» Collected data entries
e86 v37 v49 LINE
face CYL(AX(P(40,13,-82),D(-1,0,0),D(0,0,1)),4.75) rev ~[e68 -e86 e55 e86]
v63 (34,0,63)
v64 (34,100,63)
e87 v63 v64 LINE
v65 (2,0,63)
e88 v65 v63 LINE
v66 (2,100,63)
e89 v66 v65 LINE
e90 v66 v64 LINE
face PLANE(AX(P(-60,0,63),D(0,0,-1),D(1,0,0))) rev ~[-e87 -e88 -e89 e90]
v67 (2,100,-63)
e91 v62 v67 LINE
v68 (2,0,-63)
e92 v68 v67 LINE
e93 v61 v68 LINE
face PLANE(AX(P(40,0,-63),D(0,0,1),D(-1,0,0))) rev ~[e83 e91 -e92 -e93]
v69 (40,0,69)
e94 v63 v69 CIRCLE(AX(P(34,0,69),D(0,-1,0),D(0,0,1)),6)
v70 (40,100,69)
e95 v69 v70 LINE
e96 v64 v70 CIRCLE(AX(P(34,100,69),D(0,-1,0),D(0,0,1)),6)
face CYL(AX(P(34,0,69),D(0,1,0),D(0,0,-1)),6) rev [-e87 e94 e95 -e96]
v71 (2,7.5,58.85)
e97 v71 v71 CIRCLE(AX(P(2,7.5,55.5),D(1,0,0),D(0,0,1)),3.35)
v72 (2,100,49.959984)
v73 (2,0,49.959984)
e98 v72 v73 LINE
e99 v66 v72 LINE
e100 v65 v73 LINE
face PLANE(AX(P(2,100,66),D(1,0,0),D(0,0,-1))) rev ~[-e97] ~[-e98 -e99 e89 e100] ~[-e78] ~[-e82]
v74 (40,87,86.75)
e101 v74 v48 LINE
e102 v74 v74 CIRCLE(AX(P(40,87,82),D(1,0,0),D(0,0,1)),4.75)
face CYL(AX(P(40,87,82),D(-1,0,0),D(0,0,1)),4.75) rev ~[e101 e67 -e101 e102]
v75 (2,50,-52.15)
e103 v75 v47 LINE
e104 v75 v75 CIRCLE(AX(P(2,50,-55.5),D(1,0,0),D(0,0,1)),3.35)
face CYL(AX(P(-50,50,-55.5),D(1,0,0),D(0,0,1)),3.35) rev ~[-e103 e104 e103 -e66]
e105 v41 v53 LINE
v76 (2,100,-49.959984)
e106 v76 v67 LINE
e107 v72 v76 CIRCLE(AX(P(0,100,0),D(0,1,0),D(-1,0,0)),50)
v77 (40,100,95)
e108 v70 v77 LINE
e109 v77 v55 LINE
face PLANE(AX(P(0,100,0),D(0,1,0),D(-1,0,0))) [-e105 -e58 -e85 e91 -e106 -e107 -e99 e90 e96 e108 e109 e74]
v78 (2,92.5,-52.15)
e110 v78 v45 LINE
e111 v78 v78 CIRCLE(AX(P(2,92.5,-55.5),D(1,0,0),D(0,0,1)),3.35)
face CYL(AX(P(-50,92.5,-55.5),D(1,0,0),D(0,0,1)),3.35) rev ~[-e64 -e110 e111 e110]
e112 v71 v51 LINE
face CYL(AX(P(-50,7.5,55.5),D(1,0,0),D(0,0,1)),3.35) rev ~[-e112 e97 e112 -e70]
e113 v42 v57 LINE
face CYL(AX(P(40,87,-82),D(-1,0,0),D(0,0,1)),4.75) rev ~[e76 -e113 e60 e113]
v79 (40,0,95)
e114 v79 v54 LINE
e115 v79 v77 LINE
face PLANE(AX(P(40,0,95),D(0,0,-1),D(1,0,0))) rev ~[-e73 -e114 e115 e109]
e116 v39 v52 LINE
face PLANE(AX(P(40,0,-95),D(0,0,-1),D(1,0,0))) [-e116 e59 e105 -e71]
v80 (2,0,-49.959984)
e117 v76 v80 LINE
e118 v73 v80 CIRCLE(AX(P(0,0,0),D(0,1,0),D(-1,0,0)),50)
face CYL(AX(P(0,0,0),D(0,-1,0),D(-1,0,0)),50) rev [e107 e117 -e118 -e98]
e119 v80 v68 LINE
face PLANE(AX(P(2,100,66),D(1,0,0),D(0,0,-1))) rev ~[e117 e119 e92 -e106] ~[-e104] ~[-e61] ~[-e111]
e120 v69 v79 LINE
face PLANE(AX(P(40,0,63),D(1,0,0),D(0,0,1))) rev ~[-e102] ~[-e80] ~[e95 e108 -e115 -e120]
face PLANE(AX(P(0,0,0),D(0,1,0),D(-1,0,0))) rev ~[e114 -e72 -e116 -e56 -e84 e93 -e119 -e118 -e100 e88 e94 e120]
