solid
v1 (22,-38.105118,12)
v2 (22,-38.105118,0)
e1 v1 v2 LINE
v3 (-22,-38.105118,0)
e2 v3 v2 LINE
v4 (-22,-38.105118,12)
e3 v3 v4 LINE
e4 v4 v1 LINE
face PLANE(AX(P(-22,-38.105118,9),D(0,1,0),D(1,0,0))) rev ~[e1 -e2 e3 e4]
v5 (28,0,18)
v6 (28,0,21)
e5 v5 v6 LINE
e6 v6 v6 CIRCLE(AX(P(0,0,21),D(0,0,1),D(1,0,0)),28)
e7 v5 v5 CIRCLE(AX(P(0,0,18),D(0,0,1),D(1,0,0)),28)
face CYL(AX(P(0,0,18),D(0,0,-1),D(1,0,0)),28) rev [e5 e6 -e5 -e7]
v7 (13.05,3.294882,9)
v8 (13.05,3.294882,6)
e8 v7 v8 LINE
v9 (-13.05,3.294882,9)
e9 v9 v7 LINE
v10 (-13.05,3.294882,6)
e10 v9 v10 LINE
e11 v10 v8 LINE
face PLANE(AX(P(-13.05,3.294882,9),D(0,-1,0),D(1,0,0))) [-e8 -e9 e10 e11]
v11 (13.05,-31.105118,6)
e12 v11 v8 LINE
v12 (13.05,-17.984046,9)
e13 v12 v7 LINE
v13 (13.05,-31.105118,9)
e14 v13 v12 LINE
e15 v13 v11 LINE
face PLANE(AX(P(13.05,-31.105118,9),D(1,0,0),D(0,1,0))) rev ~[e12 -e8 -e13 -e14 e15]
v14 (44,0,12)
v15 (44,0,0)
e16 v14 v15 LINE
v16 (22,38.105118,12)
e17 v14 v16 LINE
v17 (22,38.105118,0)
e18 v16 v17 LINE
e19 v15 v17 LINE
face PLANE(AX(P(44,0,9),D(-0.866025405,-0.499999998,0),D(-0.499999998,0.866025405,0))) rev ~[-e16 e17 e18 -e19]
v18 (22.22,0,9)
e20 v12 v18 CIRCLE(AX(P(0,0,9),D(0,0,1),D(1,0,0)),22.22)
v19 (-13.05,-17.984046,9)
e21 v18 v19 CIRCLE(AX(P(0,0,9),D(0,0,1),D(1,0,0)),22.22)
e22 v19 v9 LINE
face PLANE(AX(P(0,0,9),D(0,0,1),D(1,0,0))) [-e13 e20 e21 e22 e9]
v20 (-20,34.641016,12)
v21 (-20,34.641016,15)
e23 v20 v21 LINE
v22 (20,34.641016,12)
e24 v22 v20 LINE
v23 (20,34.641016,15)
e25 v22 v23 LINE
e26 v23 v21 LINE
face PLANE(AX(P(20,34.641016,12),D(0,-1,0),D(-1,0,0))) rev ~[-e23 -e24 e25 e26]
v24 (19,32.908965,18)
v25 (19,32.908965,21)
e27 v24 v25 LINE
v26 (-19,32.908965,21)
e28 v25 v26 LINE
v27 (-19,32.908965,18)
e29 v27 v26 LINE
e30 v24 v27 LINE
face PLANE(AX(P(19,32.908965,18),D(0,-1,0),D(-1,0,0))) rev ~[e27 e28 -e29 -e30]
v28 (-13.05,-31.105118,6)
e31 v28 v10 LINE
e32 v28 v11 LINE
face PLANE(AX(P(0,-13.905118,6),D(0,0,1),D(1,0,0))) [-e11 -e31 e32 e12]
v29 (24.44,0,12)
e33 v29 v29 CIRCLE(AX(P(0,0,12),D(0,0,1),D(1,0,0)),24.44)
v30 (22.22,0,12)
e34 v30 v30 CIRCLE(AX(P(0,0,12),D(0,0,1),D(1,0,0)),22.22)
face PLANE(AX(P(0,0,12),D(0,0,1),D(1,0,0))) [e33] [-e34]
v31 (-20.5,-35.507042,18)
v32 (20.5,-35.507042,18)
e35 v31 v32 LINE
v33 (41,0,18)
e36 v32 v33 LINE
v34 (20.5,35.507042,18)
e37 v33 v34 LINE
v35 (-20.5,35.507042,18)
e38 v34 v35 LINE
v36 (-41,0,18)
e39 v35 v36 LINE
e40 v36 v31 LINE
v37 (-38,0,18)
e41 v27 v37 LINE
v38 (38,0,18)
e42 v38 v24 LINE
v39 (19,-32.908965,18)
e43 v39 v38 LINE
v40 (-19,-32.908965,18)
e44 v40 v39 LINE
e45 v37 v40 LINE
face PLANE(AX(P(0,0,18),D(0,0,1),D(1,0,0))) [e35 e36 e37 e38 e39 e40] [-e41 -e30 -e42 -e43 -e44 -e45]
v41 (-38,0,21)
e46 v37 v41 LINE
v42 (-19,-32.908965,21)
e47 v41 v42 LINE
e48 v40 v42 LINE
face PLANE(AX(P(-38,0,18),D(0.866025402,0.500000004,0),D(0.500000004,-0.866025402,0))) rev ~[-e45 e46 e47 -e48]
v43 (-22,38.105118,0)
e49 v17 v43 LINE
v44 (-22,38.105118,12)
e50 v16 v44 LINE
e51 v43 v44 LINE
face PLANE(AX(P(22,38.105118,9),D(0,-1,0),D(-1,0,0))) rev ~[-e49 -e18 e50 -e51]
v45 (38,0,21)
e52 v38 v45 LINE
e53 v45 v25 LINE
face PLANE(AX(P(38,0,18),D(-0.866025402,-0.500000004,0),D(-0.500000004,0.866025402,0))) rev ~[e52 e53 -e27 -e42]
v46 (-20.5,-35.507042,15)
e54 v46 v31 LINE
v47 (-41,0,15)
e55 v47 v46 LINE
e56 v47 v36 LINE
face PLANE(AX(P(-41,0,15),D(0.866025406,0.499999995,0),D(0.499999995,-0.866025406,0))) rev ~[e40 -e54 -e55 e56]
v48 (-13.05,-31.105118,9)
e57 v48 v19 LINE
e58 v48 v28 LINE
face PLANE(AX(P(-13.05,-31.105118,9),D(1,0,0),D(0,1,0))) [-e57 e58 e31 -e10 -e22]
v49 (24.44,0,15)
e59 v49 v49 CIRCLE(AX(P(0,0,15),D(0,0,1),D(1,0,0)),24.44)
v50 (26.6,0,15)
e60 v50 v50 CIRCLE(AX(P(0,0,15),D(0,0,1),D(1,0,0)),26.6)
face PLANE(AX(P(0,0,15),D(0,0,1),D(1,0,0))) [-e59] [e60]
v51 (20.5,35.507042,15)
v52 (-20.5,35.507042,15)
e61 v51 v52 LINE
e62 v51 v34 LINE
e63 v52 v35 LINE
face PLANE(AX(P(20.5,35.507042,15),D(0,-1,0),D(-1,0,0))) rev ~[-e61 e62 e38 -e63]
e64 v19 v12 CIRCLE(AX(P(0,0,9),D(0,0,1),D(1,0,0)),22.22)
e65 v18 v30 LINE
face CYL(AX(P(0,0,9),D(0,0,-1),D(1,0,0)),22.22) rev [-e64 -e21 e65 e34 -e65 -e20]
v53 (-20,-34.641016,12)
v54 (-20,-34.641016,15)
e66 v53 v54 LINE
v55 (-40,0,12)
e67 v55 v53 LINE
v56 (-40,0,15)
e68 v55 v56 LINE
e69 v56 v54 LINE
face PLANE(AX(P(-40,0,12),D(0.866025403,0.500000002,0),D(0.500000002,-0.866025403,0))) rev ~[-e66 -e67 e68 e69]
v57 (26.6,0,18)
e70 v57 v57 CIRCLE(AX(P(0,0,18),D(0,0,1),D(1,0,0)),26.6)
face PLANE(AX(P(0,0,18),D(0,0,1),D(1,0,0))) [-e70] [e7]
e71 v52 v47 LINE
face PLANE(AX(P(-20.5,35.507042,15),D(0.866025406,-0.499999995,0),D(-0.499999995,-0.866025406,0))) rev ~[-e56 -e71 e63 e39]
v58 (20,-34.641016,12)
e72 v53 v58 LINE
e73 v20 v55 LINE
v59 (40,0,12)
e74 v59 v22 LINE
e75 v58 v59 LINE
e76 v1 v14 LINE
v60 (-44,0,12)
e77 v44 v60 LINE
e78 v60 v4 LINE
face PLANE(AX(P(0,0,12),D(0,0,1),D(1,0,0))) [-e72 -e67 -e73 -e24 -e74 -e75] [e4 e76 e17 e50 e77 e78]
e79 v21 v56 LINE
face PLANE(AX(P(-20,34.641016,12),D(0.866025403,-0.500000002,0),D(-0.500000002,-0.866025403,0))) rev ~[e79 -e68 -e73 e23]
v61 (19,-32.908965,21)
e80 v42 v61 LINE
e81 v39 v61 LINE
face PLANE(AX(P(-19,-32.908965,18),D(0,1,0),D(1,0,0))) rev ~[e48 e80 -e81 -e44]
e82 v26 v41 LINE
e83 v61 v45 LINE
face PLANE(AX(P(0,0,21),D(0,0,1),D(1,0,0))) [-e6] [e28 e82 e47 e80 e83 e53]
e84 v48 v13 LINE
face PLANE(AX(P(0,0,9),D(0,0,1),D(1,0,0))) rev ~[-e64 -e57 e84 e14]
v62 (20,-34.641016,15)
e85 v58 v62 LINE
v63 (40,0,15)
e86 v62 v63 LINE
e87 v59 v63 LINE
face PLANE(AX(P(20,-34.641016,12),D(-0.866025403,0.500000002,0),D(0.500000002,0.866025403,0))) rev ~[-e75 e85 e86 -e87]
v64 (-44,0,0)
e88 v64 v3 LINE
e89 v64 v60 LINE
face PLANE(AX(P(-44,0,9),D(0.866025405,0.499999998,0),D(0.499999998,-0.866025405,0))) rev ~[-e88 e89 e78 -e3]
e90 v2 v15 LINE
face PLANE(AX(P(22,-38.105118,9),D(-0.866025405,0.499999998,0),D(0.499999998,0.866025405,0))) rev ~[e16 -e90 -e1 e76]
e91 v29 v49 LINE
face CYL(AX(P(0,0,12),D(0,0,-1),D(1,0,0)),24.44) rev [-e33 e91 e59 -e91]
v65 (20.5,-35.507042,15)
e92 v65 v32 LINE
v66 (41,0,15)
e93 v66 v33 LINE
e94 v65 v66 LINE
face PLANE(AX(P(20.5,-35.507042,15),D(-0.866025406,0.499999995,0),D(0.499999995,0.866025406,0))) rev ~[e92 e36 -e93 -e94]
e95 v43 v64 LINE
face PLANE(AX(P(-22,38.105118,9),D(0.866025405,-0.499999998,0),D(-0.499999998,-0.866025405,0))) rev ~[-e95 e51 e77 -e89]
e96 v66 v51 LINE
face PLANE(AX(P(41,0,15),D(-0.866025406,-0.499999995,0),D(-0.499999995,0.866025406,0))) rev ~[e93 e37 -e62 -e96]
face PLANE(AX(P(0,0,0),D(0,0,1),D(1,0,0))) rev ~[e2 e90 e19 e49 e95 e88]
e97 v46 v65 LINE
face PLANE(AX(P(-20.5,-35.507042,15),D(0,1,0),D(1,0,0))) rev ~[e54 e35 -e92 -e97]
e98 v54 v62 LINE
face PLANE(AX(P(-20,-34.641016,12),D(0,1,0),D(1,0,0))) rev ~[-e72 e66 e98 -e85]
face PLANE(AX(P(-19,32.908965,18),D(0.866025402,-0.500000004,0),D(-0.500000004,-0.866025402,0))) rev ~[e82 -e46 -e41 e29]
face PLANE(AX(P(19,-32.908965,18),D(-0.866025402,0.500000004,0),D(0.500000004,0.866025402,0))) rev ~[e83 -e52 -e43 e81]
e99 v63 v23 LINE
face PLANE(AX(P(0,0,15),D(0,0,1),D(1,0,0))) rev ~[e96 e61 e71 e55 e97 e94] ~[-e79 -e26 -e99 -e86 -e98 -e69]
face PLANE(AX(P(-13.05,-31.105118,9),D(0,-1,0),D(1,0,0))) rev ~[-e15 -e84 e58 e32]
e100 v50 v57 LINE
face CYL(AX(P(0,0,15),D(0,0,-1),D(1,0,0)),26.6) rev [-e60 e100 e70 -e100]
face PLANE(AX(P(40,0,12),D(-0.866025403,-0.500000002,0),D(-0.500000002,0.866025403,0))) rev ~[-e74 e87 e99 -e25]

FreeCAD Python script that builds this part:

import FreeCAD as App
import Part
import Sketcher
Q = App.Units.Quantity


def add_polygon(sketch, points):
    """Adds a closed chain of lines whose ends are joined by coincident constraints."""
    first, n = sketch.GeometryCount, len(points)
    for a, b in zip(points, points[1:] + points[:1]):
        sketch.addGeometry(Part.LineSegment(App.Vector(*a, 0), App.Vector(*b, 0)), False)
    for i in range(n):
        sketch.addConstraint(Sketcher.Constraint("Coincident", first + i, 2, first + (i + 1) % n, 1))

doc = App.newDocument("Part")
body = doc.addObject("PartDesign::Body", "Body")

# Sketch on XY plane
sketch1 = doc.addObject("Sketcher::SketchObject", "Sketch")
body.addObject(sketch1)
sketch1.AttachmentSupport = (doc.XY_Plane, [""])
sketch1.MapMode = "FlatFace"
add_polygon(sketch1, [(44, 0), (22, 38), (-22, 38), (-44, 0), (-22, -38), (22, -38)])  # lines 0-5
sketch1.addConstraint(Sketcher.Constraint("Horizontal", 1))
sketch1.addConstraint(Sketcher.Constraint("Horizontal", 4))
sketch1.addConstraint(Sketcher.Constraint("Symmetric", 0, 2, 3, 2, -1, 1))
sketch1.addConstraint(Sketcher.Constraint("Symmetric", 2, 2, 5, 2, -1, 1))
sketch1.addConstraint(Sketcher.Constraint("PointOnObject", 2, 2, -1))
sketch1.addConstraint(Sketcher.Constraint("Parallel", 2, 5))
sketch1.addConstraint(Sketcher.Constraint("Vertical", 1, 2, 3, 2))
sketch1.addConstraint(Sketcher.Constraint("DistanceX", 1, 2, 1, 1, Q("44 mm")))
sketch1.addConstraint(Sketcher.Constraint("Angle", 0, Q("120 deg")))
sketch1.addConstraint(Sketcher.Constraint("Distance", 0, Q("44 mm")))
pad1 = doc.addObject("PartDesign::Pad", "Pad")
body.addObject(pad1)
pad1.Profile = sketch1
pad1.Length = 9

# Sketch on XY plane
sketch2 = doc.addObject("Sketcher::SketchObject", "Sketch001")
body.addObject(sketch2)
sketch2.AttachmentSupport = (doc.XY_Plane, [""])
sketch2.MapMode = "FlatFace"
sketch2.AttachmentOffset = App.Placement(App.Vector(0, 0, 9), App.Rotation())
add_polygon(sketch2, [(-13, 3), (-13, -31), (13, -31), (13, 3)])  # lines 0-3
sketch2.addConstraint(Sketcher.Constraint("Vertical", 0))
sketch2.addConstraint(Sketcher.Constraint("Horizontal", 1))
sketch2.addConstraint(Sketcher.Constraint("Vertical", 2))
sketch2.addConstraint(Sketcher.Constraint("Horizontal", 3))
sketch2.addConstraint(Sketcher.Constraint("DistanceX", 1, 1, 1, 2, Q("26.1 mm")))
sketch2.addConstraint(Sketcher.Constraint("DistanceY", 0, 2, 0, 1, Q("34.4 mm")))
sketch2.addConstraint(Sketcher.Constraint("DistanceX", 0, 2, -1, 1, Q("13.05 mm")))
sketch2.addConstraint(Sketcher.Constraint("DistanceY", 0, 2, -1, 1, Q("31.105118 mm")))
pocket1 = doc.addObject("PartDesign::Pocket", "Pocket")
body.addObject(pocket1)
pocket1.Profile = sketch2
pocket1.Length = 3

# Sketch on XY plane
sketch3 = doc.addObject("Sketcher::SketchObject", "Sketch002")
body.addObject(sketch3)
sketch3.AttachmentSupport = (doc.XY_Plane, [""])
sketch3.MapMode = "FlatFace"
sketch3.AttachmentOffset = App.Placement(App.Vector(0, 0, 9), App.Rotation())
add_polygon(sketch3, [(22, 38), (-22, 38), (-44, 0), (-22, -38), (22, -38), (44, 0)])  # lines 0-5
sketch3.addGeometry(Part.Circle(App.Vector(0, 0, 0), App.Vector(0, 0, 1), 22), False)  # 6
sketch3.addConstraint(Sketcher.Constraint("Horizontal", 0))
sketch3.addConstraint(Sketcher.Constraint("Horizontal", 3))
sketch3.addConstraint(Sketcher.Constraint("Coincident", 6, 3, -1, 1))
sketch3.addConstraint(Sketcher.Constraint("Symmetric", 0, 2, 3, 2, -1, 1))
sketch3.addConstraint(Sketcher.Constraint("Symmetric", 1, 2, 4, 2, -1, 1))
sketch3.addConstraint(Sketcher.Constraint("PointOnObject", 1, 2, -1))
sketch3.addConstraint(Sketcher.Constraint("Parallel", 2, 5))
sketch3.addConstraint(Sketcher.Constraint("Vertical", 0, 2, 2, 2))
sketch3.addConstraint(Sketcher.Constraint("Diameter", 6, Q("44.44 mm")))
sketch3.addConstraint(Sketcher.Constraint("DistanceX", 0, 2, 0, 1, Q("44 mm")))
sketch3.addConstraint(Sketcher.Constraint("Angle", 1, Q("-120 deg")))
sketch3.addConstraint(Sketcher.Constraint("Distance", 1, Q("44 mm")))
pad2 = doc.addObject("PartDesign::Pad", "Pad001")
body.addObject(pad2)
pad2.Profile = sketch3
pad2.Length = 3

» PROBLEM REQUIREMENTS
Print, from the entries above, the line with "e120 v69 v79 LINE", the line with "face PLANE(AX(P(0,0,9),D(0,0,1),D(1,0,0))) [-e13" and all lines between them, exactly and with nothing else.

» TASK RESULT
e120 v69 v79 LINE
face PLANE(AX(P(40,0,63),D(1,0,0),D(0,0,1))) rev ~[-e102] ~[-e80] ~[e95 e108 -e115 -e120]
face PLANE(AX(P(0,0,0),D(0,1,0),D(-1,0,0))) rev ~[e114 -e72 -e116 -e56 -e84 e93 -e119 -e118 -e100 e88 e94 e120]
solid
v1 (22,-38.105118,12)
v2 (22,-38.105118,0)
e1 v1 v2 LINE
v3 (-22,-38.105118,0)
e2 v3 v2 LINE
v4 (-22,-38.105118,12)
e3 v3 v4 LINE
e4 v4 v1 LINE
face PLANE(AX(P(-22,-38.105118,9),D(0,1,0),D(1,0,0))) rev ~[e1 -e2 e3 e4]
v5 (28,0,18)
v6 (28,0,21)
e5 v5 v6 LINE
e6 v6 v6 CIRCLE(AX(P(0,0,21),D(0,0,1),D(1,0,0)),28)
e7 v5 v5 CIRCLE(AX(P(0,0,18),D(0,0,1),D(1,0,0)),28)
face CYL(AX(P(0,0,18),D(0,0,-1),D(1,0,0)),28) rev [e5 e6 -e5 -e7]
v7 (13.05,3.294882,9)
v8 (13.05,3.294882,6)
e8 v7 v8 LINE
v9 (-13.05,3.294882,9)
e9 v9 v7 LINE
v10 (-13.05,3.294882,6)
e10 v9 v10 LINE
e11 v10 v8 LINE
face PLANE(AX(P(-13.05,3.294882,9),D(0,-1,0),D(1,0,0))) [-e8 -e9 e10 e11]
v11 (13.05,-31.105118,6)
e12 v11 v8 LINE
v12 (13.05,-17.984046,9)
e13 v12 v7 LINE
v13 (13.05,-31.105118,9)
e14 v13 v12 LINE
e15 v13 v11 LINE
face PLANE(AX(P(13.05,-31.105118,9),D(1,0,0),D(0,1,0))) rev ~[e12 -e8 -e13 -e14 e15]
v14 (44,0,12)
v15 (44,0,0)
e16 v14 v15 LINE
v16 (22,38.105118,12)
e17 v14 v16 LINE
v17 (22,38.105118,0)
e18 v16 v17 LINE
e19 v15 v17 LINE
face PLANE(AX(P(44,0,9),D(-0.866025405,-0.499999998,0),D(-0.499999998,0.866025405,0))) rev ~[-e16 e17 e18 -e19]
v18 (22.22,0,9)
e20 v12 v18 CIRCLE(AX(P(0,0,9),D(0,0,1),D(1,0,0)),22.22)
v19 (-13.05,-17.984046,9)
e21 v18 v19 CIRCLE(AX(P(0,0,9),D(0,0,1),D(1,0,0)),22.22)
e22 v19 v9 LINE
face PLANE(AX(P(0,0,9),D(0,0,1),D(1,0,0))) [-e13 e20 e21 e22 e9]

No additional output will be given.